The Commission recognized a preference for actualities in rejecting the company's proposed allowance for estimated capital investment. See note 13 above. While noting General Telephone's poor track record for estimating projected main station growth, the Commission observed the different effect which projections might have as compared with "actual" station gains.

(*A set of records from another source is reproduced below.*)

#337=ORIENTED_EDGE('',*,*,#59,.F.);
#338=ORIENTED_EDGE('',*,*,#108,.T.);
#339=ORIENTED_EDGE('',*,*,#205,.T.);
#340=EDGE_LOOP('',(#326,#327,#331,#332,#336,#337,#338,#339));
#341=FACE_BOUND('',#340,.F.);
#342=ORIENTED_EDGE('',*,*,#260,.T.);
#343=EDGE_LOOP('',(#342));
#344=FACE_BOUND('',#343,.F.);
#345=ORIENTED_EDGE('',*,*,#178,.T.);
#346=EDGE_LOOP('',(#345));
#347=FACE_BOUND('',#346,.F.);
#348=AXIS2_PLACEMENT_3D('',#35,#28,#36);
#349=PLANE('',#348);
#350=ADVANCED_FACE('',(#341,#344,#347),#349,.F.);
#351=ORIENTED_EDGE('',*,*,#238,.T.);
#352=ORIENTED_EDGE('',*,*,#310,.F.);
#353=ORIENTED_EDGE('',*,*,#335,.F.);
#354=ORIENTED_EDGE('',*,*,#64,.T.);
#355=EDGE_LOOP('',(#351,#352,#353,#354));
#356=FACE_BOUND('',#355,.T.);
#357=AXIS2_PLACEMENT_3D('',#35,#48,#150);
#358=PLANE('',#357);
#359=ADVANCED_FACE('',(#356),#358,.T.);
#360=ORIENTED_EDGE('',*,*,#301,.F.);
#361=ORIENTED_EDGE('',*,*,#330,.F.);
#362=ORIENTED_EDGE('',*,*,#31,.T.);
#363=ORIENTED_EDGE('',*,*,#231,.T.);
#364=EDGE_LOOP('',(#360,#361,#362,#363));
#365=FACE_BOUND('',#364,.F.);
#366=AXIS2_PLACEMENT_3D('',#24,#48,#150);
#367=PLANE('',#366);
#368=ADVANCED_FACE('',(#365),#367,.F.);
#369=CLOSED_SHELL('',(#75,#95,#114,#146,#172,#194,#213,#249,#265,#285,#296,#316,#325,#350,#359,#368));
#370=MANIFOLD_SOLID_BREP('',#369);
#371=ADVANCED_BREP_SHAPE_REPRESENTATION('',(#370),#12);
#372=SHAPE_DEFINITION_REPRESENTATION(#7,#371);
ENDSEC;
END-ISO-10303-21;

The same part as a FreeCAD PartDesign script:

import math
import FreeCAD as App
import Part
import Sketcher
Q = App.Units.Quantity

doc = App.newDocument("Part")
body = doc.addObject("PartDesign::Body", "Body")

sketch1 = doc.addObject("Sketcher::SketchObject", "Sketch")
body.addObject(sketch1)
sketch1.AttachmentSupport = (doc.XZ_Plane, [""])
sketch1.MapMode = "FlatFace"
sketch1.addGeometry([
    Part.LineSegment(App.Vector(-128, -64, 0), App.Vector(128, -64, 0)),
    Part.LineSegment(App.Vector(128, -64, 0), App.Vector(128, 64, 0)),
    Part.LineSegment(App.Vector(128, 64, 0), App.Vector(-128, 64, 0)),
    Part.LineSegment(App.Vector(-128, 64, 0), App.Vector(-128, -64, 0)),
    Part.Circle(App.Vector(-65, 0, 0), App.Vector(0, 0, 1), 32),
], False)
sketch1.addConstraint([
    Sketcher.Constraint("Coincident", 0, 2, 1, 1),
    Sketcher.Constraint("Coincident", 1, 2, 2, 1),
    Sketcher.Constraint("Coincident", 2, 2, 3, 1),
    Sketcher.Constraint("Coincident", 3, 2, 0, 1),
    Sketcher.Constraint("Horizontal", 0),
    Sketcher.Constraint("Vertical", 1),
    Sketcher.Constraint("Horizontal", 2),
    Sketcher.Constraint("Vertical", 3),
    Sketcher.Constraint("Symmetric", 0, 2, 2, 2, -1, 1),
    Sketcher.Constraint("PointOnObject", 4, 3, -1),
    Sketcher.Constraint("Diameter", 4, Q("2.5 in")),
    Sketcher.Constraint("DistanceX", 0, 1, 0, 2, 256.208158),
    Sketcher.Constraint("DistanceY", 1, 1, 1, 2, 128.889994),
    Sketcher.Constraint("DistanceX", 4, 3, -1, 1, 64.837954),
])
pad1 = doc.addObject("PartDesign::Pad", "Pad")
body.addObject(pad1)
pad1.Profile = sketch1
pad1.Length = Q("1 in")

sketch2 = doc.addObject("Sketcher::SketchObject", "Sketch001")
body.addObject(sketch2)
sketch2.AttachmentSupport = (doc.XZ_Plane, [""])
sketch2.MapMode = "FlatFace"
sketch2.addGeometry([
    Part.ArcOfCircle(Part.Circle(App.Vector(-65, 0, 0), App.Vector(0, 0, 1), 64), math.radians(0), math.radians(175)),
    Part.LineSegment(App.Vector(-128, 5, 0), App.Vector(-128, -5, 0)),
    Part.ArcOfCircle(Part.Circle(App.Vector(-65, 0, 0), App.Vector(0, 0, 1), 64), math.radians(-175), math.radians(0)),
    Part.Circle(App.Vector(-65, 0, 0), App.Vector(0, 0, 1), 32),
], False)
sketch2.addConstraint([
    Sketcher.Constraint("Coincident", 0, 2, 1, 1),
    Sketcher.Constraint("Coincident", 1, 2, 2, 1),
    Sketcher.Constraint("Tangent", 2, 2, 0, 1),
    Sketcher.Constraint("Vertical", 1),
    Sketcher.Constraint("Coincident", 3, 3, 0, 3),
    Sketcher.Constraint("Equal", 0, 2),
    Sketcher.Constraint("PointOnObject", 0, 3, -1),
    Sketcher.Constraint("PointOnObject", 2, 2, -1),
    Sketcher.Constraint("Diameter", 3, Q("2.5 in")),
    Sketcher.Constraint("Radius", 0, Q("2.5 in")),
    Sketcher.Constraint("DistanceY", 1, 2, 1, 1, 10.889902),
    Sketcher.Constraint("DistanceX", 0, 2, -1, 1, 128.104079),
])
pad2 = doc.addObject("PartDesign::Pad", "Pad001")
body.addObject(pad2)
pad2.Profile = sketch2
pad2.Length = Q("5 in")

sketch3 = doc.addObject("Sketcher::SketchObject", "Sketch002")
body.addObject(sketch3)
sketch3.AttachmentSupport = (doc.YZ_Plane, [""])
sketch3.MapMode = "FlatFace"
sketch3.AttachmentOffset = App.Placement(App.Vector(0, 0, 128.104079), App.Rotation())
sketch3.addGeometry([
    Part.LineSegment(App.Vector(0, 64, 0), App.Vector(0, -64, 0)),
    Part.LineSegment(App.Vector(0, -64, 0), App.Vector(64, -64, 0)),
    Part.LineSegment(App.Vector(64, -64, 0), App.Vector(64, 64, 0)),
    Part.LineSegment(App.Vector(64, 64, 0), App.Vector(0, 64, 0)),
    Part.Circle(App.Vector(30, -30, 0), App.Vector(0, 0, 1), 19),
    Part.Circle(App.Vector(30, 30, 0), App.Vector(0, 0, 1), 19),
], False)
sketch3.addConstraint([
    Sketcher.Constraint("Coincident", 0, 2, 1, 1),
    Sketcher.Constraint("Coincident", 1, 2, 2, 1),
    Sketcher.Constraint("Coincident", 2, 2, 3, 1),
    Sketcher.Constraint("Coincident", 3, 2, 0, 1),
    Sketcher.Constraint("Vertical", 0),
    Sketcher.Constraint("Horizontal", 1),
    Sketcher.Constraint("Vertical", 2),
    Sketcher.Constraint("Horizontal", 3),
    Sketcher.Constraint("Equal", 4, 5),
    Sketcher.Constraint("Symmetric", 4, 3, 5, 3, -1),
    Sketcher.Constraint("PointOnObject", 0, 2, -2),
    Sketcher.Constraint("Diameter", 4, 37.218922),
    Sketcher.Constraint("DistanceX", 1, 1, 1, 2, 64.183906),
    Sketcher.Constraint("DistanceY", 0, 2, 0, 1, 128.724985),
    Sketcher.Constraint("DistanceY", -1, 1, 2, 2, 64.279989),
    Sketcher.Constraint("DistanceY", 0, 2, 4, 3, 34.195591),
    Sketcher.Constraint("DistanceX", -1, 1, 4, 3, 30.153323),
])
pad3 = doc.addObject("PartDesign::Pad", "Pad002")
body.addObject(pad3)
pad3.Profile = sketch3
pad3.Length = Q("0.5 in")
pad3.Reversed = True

[19] This rate base issue is intertwined with the Commission's selection of nationwide, as opposed to intra-state, growth statistics. Public counsel and the dissenting commissioner reflect less growth for General Telephone by using comparative figures from independent telephone companies in Florida. We decline to enter into this dispute. The appropriate bases for comparative growth, both in terms of external referents and choice of account items to be compared, are properly determined by the Commission in the exercise of its rate-making discretion.